London-based Humio was founded in 2016. Now with approximately 70 employees, the company is led by its founders: CEO Geeta Schmidt, CTO Kresten Krab and VP of engineering Christian Hvitved. It has additional locations in San Francisco, Seattle and Aarhus, Denmark.

Schmidt served in roles at Sun Microsystems and Trifork and has experience in financial services and market development. Krab held positions in software engineering and consulting and was a founder and CTO of Trifork. Hvitved also worked at Trifork and was a cloud developer at Xamarin before collaborating with Krab to found Humio.

The vendor has raised a total of $31.8m, with the latest round closing in March 2020 for $20m. The series B was led by Dell Technologies Capital, with participation from Accel, Alumni Ventures Group and West Hill Capital.

Humio offers cloud log management and observability technology. It ingests structured and semi-structured log, application and feed data and can store large quantities of this information via its data compression technology and unlimited ingest plans.
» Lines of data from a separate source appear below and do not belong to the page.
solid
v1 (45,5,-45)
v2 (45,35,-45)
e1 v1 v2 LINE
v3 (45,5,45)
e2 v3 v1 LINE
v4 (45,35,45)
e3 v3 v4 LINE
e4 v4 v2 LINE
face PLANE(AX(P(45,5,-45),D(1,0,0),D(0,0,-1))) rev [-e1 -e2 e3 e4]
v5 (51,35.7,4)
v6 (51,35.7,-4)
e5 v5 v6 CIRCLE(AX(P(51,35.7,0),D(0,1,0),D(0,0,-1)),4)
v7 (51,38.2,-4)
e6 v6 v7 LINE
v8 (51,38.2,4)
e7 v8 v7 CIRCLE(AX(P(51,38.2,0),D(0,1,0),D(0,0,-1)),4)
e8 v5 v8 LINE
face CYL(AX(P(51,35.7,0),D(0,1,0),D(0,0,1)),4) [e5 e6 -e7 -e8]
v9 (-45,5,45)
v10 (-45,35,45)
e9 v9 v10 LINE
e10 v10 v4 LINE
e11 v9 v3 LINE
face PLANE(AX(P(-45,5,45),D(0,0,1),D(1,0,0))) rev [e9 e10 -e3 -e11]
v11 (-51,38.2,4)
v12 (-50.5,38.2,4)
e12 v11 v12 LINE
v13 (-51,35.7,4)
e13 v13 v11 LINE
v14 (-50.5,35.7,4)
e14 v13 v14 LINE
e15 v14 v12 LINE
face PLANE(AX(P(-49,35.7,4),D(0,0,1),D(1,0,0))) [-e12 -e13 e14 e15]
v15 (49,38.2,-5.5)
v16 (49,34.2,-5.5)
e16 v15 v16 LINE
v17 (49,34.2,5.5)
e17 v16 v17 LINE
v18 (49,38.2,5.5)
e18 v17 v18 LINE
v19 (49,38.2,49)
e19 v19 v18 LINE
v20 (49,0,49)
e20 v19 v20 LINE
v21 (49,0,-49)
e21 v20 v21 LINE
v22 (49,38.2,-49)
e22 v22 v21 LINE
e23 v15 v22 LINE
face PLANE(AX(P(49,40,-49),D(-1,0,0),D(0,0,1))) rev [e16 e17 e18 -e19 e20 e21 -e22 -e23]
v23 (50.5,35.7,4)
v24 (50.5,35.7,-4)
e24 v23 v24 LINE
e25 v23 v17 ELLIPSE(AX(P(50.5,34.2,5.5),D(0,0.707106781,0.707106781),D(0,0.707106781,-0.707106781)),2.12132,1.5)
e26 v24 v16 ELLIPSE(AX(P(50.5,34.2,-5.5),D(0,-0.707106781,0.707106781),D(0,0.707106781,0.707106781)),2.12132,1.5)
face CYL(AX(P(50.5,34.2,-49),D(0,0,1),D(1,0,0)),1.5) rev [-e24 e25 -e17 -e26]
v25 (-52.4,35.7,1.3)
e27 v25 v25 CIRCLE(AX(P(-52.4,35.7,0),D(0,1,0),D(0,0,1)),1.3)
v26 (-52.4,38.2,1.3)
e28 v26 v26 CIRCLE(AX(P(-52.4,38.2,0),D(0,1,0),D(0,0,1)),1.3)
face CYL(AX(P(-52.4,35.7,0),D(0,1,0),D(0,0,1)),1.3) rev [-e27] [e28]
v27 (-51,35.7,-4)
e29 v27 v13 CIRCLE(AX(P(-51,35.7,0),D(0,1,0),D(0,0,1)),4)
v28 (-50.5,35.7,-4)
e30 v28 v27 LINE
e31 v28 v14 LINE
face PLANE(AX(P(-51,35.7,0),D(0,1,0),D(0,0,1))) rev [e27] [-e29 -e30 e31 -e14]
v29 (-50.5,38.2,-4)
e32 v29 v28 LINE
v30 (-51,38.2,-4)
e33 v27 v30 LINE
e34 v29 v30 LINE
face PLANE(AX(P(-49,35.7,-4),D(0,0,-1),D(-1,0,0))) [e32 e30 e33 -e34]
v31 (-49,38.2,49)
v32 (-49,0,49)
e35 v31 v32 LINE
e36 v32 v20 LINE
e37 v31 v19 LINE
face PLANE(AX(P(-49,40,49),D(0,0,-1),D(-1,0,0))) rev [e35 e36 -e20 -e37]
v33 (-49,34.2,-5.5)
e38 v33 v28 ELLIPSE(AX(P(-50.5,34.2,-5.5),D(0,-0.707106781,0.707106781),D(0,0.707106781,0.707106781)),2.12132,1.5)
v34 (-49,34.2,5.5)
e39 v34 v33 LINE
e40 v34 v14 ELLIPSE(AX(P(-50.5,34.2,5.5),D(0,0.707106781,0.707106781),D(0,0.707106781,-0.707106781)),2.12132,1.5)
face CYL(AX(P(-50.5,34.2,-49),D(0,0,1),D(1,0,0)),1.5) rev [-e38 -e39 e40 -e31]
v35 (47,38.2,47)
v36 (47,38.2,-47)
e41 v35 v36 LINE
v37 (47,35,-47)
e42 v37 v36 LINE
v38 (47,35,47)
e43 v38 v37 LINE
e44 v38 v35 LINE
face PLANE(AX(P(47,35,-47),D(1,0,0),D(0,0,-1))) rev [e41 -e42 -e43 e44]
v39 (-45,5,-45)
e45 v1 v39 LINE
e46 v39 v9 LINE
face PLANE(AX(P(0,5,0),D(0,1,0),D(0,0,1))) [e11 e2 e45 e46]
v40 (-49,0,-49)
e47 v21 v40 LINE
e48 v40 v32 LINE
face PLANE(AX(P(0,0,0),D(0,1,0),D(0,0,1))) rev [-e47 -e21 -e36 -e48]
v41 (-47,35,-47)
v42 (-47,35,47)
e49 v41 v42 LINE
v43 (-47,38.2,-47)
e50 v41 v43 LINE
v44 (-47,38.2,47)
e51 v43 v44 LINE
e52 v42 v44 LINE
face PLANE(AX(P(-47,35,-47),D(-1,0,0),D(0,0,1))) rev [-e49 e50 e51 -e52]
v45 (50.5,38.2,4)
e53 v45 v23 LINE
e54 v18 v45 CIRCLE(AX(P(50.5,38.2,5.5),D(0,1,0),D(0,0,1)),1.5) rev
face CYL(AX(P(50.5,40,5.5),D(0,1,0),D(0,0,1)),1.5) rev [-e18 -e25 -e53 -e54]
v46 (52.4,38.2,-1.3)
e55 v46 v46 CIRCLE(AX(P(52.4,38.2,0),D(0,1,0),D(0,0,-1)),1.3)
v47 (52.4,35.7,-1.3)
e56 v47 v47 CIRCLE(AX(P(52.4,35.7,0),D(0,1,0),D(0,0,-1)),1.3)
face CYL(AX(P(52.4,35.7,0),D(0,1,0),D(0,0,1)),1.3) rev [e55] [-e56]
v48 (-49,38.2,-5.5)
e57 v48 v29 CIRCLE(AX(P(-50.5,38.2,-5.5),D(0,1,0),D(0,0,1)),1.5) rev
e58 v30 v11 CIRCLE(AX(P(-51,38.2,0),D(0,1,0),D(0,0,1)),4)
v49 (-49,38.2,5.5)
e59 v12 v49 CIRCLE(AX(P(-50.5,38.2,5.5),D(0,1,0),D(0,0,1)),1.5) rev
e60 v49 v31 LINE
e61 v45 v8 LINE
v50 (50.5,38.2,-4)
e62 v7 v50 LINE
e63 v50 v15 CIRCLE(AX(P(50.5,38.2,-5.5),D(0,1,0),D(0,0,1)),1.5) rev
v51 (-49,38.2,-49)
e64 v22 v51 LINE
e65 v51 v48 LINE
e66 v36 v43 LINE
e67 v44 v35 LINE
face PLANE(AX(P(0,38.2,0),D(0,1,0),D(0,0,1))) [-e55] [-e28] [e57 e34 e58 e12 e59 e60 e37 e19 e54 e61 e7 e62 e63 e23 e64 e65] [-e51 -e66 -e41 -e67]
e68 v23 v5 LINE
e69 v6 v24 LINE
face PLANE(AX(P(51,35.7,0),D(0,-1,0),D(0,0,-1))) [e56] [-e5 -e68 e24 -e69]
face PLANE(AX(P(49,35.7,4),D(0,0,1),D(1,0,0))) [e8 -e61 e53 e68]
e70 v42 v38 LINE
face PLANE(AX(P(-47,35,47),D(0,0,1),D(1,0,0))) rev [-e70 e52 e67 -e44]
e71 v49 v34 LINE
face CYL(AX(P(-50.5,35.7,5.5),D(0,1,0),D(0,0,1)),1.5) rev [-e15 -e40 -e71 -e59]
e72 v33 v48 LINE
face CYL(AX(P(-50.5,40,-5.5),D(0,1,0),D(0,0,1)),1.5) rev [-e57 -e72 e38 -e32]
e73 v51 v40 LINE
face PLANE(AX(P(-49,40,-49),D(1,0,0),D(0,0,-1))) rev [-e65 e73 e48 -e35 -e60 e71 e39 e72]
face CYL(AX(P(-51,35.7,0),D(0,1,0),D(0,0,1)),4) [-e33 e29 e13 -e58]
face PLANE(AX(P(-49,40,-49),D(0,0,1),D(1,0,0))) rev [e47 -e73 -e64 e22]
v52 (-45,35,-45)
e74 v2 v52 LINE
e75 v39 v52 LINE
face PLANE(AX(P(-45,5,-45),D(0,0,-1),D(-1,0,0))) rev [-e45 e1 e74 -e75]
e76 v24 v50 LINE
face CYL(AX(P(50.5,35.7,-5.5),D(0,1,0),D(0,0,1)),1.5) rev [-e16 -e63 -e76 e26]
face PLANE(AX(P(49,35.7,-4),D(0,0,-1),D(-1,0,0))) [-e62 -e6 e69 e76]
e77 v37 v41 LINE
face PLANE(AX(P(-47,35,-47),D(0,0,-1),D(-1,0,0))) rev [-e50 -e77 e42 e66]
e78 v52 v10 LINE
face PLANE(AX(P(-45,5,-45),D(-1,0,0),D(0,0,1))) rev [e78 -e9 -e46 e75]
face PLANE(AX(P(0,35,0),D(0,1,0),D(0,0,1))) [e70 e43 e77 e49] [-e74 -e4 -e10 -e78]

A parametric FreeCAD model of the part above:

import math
import FreeCAD as App
import Part
import Sketcher

V = App.Vector
Q = App.Units.Quantity


def edges_at(feature, points):
    """Names of the edges that pass closest to the given points."""
    edges = feature.Shape.Edges
    near = lambda p: min(range(len(edges)), key=lambda i: edges[i].distToShape(Part.Vertex(*p))[0])
    return sorted({f"Edge{near(p) + 1}" for p in points})

doc = App.newDocument("Part")
body = doc.addObject("PartDesign::Body", "Body")

# Sketch on XZ plane
sketch1 = doc.addObject("Sketcher::SketchObject", "Sketch")
body.addObject(sketch1)
sketch1.AttachmentSupport = (doc.XZ_Plane, [""])
sketch1.MapMode = "FlatFace"
sketch1.addGeometry([
    Part.LineSegment(V(-49, -49, 0), V(-49, 49, 0)),
    Part.LineSegment(V(-49, 49, 0), V(49, 49, 0)),
    Part.LineSegment(V(49, 49, 0), V(49, -49, 0)),
    Part.LineSegment(V(49, -49, 0), V(-49, -49, 0)),
], False)
sketch1.addConstraint([
    Sketcher.Constraint("Coincident", 0, 2, 1, 1),
    Sketcher.Constraint("Coincident", 1, 2, 2, 1),
    Sketcher.Constraint("Coincident", 2, 2, 3, 1),
    Sketcher.Constraint("Coincident", 3, 2, 0, 1),
    Sketcher.Constraint("Vertical", 0),
    Sketcher.Constraint("Horizontal", 1),
    Sketcher.Constraint("Vertical", 2),
    Sketcher.Constraint("Horizontal", 3),
    Sketcher.Constraint("Symmetric", 0, 2, 2, 2, -1, 1),
    Sketcher.Constraint("Equal", 3, 0),
    Sketcher.Constraint("DistanceX", 1, 1, 1, 2, Q("98 mm")),
])
pad1 = doc.addObject("PartDesign::Pad", "Pad")
body.addObject(pad1)
pad1.Profile = sketch1
pad1.Length = 40
pad1.Reversed = True

# Sketch on XZ plane
sketch2 = doc.addObject("Sketcher::SketchObject", "Sketch001")
body.addObject(sketch2)
sketch2.AttachmentSupport = (doc.XZ_Plane, [""])
sketch2.MapMode = "FlatFace"
sketch2.AttachmentOffset = App.Placement(V(0, 0, -40), App.Rotation())
sketch2.addGeometry([
    Part.LineSegment(V(-47, -47, 0), V(-47, 47, 0)),
    Part.LineSegment(V(-47, 47, 0), V(47, 47, 0)),
    Part.LineSegment(V(47, 47, 0), V(47, -47, 0)),
    Part.LineSegment(V(47, -47, 0), V(-47, -47, 0)),
], False)
sketch2.addConstraint([
    Sketcher.Constraint("Coincident", 0, 2, 1, 1),
    Sketcher.Constraint("Coincident", 1, 2, 2, 1),
    Sketcher.Constraint("Coincident", 2, 2, 3, 1),
    Sketcher.Constraint("Coincident", 3, 2, 0, 1),
    Sketcher.Constraint("Vertical", 0),
    Sketcher.Constraint("Horizontal", 1),
    Sketcher.Constraint("Vertical", 2),
    Sketcher.Constraint("Horizontal", 3),
    Sketcher.Constraint("Symmetric", 0, 2, 2, 2, -1, 1),
    Sketcher.Constraint("Equal", 3, 0),
    Sketcher.Constraint("DistanceX", 1, 1, 1, 2, Q("94 mm")),
])
pocket1 = doc.addObject("PartDesign::Pocket", "Pocket")
body.addObject(pocket1)
pocket1.Profile = sketch2
pocket1.Length = 5
pocket1.Reversed = True
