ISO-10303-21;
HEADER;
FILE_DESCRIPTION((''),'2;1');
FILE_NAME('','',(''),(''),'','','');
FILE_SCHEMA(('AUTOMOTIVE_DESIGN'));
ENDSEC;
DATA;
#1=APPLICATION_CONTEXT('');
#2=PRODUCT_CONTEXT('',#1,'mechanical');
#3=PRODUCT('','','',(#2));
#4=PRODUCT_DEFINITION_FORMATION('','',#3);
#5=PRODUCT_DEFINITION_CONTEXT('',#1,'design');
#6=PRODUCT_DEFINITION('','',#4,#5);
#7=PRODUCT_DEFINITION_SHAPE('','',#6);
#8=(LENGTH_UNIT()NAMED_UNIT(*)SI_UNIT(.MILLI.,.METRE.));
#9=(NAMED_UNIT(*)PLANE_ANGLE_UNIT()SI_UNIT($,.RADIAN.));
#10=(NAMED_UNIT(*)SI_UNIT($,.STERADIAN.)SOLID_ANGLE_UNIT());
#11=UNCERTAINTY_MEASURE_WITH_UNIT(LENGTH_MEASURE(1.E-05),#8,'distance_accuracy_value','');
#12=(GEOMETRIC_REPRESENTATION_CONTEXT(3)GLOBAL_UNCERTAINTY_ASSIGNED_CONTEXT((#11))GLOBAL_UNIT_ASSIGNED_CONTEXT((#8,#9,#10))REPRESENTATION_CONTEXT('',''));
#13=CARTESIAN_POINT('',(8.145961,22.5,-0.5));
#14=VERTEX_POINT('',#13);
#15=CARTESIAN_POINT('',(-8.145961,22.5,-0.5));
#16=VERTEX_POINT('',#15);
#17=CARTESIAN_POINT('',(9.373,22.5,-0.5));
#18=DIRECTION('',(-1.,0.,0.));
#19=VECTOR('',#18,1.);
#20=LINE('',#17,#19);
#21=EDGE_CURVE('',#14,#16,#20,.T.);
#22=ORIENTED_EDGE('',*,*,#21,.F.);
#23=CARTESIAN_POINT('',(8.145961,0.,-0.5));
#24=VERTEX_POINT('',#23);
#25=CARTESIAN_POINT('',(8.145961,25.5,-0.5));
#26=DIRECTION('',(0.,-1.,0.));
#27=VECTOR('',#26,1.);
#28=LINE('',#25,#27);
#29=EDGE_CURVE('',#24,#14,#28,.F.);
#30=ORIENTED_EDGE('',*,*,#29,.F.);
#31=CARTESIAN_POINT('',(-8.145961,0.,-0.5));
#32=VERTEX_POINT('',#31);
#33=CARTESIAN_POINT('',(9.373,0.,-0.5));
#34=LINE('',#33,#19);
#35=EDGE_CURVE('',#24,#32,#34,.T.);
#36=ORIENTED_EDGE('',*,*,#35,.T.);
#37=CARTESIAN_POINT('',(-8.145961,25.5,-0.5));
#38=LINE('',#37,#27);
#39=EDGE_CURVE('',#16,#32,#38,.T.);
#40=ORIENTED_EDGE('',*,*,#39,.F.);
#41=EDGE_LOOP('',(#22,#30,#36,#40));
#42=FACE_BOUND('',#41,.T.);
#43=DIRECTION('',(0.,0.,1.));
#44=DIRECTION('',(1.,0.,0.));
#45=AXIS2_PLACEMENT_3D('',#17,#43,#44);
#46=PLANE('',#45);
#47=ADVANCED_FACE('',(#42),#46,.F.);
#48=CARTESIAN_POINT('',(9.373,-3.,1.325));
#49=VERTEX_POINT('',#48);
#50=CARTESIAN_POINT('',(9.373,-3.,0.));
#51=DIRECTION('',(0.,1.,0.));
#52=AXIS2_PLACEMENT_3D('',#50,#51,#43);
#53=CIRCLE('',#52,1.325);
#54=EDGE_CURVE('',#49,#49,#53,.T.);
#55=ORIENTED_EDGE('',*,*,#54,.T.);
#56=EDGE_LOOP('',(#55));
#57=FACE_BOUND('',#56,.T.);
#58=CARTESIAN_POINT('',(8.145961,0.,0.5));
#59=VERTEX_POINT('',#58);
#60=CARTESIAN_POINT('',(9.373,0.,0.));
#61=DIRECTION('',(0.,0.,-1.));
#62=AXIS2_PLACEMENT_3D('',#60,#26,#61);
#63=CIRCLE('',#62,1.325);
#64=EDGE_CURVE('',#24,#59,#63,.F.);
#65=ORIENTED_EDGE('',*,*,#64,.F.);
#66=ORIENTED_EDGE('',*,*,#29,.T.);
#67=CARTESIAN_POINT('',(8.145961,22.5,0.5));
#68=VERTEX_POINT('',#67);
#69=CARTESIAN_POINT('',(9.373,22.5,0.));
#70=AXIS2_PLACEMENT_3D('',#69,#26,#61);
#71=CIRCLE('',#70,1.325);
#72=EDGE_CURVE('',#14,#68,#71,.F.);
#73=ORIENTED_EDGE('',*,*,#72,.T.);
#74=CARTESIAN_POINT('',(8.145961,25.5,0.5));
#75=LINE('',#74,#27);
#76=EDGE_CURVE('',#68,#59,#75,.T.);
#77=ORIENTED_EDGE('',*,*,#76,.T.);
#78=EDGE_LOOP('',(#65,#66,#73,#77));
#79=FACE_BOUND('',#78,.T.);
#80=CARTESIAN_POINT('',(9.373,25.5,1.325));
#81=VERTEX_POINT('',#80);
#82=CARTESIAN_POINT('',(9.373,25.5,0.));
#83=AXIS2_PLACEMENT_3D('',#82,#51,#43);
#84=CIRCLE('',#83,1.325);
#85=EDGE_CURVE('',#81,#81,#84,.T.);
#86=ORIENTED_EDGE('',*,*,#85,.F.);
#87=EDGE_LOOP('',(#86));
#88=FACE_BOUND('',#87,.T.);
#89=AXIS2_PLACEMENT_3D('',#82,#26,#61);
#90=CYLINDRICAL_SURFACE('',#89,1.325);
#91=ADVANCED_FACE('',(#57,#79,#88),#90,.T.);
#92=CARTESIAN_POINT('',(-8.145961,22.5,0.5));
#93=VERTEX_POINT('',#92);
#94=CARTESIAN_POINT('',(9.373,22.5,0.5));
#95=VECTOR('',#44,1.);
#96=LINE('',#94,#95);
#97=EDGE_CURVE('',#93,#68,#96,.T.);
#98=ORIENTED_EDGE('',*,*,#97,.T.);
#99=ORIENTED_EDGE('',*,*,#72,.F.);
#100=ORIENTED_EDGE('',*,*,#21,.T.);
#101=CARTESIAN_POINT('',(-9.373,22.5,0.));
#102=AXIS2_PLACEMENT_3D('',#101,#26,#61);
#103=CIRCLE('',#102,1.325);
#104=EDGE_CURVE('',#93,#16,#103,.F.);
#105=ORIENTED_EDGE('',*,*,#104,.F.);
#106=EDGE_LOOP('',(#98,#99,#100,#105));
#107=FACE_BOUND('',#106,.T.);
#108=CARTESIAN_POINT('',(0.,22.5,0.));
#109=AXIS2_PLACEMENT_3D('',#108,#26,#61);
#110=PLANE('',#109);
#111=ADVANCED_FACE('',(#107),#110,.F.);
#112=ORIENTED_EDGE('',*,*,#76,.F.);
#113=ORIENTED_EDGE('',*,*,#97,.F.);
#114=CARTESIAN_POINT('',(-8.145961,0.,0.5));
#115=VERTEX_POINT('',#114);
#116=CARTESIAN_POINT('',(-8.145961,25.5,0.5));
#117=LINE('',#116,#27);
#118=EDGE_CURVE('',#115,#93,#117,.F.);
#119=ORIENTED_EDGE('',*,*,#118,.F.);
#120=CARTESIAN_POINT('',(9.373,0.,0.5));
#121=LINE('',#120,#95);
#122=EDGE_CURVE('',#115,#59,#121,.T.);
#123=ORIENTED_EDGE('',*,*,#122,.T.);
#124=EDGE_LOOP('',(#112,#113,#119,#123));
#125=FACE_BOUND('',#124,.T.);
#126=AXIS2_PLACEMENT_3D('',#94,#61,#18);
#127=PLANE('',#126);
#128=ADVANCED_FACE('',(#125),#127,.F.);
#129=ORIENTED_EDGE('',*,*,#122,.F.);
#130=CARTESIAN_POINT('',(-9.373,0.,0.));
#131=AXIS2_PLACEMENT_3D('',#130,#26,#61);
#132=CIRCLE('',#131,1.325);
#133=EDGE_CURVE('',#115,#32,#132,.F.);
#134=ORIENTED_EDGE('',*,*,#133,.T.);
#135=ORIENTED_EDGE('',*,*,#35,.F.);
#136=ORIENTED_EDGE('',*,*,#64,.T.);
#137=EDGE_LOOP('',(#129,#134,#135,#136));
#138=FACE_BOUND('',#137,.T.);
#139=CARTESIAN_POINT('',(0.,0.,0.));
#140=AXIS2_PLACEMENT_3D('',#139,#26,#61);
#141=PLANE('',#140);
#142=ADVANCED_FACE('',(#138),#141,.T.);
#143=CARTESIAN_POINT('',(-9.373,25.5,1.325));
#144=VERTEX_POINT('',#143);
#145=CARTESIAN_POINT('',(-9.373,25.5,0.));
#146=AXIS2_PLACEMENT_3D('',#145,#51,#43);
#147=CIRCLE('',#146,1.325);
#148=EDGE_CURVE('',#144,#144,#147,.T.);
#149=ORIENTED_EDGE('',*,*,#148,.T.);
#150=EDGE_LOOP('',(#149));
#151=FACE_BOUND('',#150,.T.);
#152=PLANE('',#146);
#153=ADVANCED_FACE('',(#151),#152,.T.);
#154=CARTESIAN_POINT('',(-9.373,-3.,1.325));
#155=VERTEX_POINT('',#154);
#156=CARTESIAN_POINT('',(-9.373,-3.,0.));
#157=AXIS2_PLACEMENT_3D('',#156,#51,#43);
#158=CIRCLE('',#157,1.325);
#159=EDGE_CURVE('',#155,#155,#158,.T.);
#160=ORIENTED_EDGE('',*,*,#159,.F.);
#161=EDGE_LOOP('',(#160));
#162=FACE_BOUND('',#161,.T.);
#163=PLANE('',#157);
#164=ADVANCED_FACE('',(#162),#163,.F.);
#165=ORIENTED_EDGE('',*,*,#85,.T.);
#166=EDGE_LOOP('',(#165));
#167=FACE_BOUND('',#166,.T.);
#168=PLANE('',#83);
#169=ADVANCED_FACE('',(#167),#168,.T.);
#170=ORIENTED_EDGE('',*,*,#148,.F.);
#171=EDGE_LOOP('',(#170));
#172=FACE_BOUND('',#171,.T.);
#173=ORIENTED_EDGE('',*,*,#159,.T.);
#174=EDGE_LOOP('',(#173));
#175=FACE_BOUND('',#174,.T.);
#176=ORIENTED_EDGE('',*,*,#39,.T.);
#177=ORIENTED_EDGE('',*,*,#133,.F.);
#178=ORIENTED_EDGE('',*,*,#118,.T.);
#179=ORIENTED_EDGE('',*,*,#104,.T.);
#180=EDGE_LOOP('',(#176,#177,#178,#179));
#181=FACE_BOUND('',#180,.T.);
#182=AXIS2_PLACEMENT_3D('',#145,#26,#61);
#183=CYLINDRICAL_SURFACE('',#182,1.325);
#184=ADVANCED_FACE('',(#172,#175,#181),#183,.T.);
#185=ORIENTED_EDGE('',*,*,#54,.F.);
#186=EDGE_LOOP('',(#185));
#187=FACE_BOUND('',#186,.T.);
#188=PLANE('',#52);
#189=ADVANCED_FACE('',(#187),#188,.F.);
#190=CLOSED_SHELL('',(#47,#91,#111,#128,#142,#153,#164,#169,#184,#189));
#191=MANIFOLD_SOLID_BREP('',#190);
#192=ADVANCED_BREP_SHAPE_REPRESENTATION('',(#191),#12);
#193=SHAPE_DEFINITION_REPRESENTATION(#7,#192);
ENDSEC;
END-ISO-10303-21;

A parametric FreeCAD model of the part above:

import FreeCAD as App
import Part
import Sketcher
Q = App.Units.Quantity

doc = App.newDocument("Part")
params = doc.addObject("Spreadsheet::Sheet", "Params")
for row, (alias, value) in enumerate([
    ("sketch1_height", "1 mm"),
    ("pad1_length", "22.5 mm"),
    ("sketch2_diameter", "2.65 mm"),
    ("pad2_length", "28.5 mm"),
], start=1):
    params.set(f"A{row}", alias)
    params.set(f"B{row}", "=" + value)
    params.setAlias(f"B{row}", alias)

body = doc.addObject("PartDesign::Body", "Body")

sketch1 = body.newObject("Sketcher::SketchObject", "Sketch")
sketch1.AttachmentSupport = (doc.getObject("XZ_Plane"), [""])
sketch1.MapMode = "FlatFace"
sketch1.addGeometry(Part.LineSegment(App.Vector(-9.4, -0.5, 0), App.Vector(-9.4, 0.5, 0)), False)
sketch1.addGeometry(Part.LineSegment(App.Vector(-9.4, 0.5, 0), App.Vector(9.4, 0.5, 0)), False)
sketch1.addGeometry(Part.LineSegment(App.Vector(9.4, 0.5, 0), App.Vector(9.4, -0.5, 0)), False)
sketch1.addGeometry(Part.LineSegment(App.Vector(9.4, -0.5, 0), App.Vector(-9.4, -0.5, 0)), False)
sketch1.addConstraint(Sketcher.Constraint("Coincident", 0, 2, 1, 1))
sketch1.addConstraint(Sketcher.Constraint("Coincident", 1, 2, 2, 1))
sketch1.addConstraint(Sketcher.Constraint("Coincident", 2, 2, 3, 1))
sketch1.addConstraint(Sketcher.Constraint("Coincident", 3, 2, 0, 1))
sketch1.addConstraint(Sketcher.Constraint("Vertical", 0))
sketch1.addConstraint(Sketcher.Constraint("Horizontal", 1))
sketch1.addConstraint(Sketcher.Constraint("Vertical", 2))
sketch1.addConstraint(Sketcher.Constraint("Horizontal", 3))
sketch1.addConstraint(Sketcher.Constraint("Symmetric", 0, 2, 2, 2, -1, 1))
sketch1.addConstraint(Sketcher.Constraint("DistanceY", 0, 1, 0, 2, Q("1 mm")))
sketch1.addConstraint(Sketcher.Constraint("DistanceX", 1, 1, 1, 2, Q("18.746 mm")))
sketch1.setExpression("Constraints[9]", "Params.sketch1_height")
pad1 = body.newObject("PartDesign::Pad", "Pad")
pad1.Profile = sketch1
pad1.setExpression("Length", "Params.pad1_length")
pad1.Reversed = True

sketch2 = body.newObject("Sketcher::SketchObject", "Sketch001")
sketch2.AttachmentSupport = (doc.getObject("XZ_Plane"), [""])
sketch2.MapMode = "FlatFace"
sketch2.AttachmentOffset = App.Placement(App.Vector(0, 0, -11.25), App.Rotation())
sketch2.addGeometry(Part.Circle(App.Vector(-9.4, 0, 0), App.Vector(0, 0, 1), 1.3), False)
sketch2.addGeometry(Part.Circle(App.Vector(9.4, 0, 0), App.Vector(0, 0, 1), 1.3), False)
sketch2.addConstraint(Sketcher.Constraint("Equal", 0, 1))
sketch2.addConstraint(Sketcher.Constraint("Symmetric", 0, 3, 1, 3, -1, 1))
sketch2.addConstraint(Sketcher.Constraint("PointOnObject", 0, 3, -1))
sketch2.addConstraint(Sketcher.Constraint("Diameter", 0, Q("2.65 mm")))
sketch2.addConstraint(Sketcher.Constraint("DistanceX", 0, 3, -1, 1, Q("9.373 mm")))
sketch2.setExpression("Constraints[3]", "Params.sketch2_diameter")
pad2 = body.newObject("PartDesign::Pad", "Pad001")
pad2.Profile = sketch2
pad2.setExpression("Length", "Params.pad2_length")
pad2.Midplane = True

doc.recompute()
Users can view their data in live time through different visualizations that can provide teams with information to make decisions and enable concepts such as DevOps, SecOps and ITOps within their organizations. Users can also query this data to gain context about specific use cases.

Acquirer profile

CrowdStrike was founded by Dmitri Alperovitch, George Kurtz and Gregg Marston in 2011. Headquartered in Sunnyvale, California, the company went public in 2019 on the Nasdaq and currently has about 3,000 employees across the world. It has built a cloud-based security offering initially heavily centered on endpoint security. This includes a combination of endpoint prevention, endpoint detection and response, device control, threat intelligence, and more. CrowdStrike has a marketplace for adding functionality from partners and established a collaboration with Okta, Proofpoint and NetSkope aimed at securing remote workforces. The vendor bought Preempt Security in September 2020, seeking to derive additional identity-based insights.


Extended detection and response as a trend is bringing together different submarkets such as endpoint security, security operations, network security, security analytics, and more. This means the field has a broad swath of competing vendors.

Key players pursuing XDR-specific messaging include Palo Alto Networks, Trend Micro, Microsoft, SentinelOne, Cybereason, Cisco, VMware, FireEye, and others. What's common between all of these firms is that they have their own sources of telemetry but are looking to enrich their analysis. Notably, SentinelOne recently made a move similar to CrowdStrike's purchase of Humio with the pickup of Scalyr. Other vendors pursing an XDR approach include Confluera, Hunters.ai (itself a CrowdStrike partner), Stellar Cyber, Cynet, and others.

CrowdStrike's reach beyond typical endpoint security into broader operations also brings rivalry from Tanium, Qualys, Rapid7, Tenable, and others. With CrowdStrike indicating that Humio will be a separate business unit and will continue to support non-security use cases, it may continue to vie with vendors such as Splunk, DataDog, Logz.io, SumoLogic, Dynatrace, New Relic, Cisco AppDynamics, and others.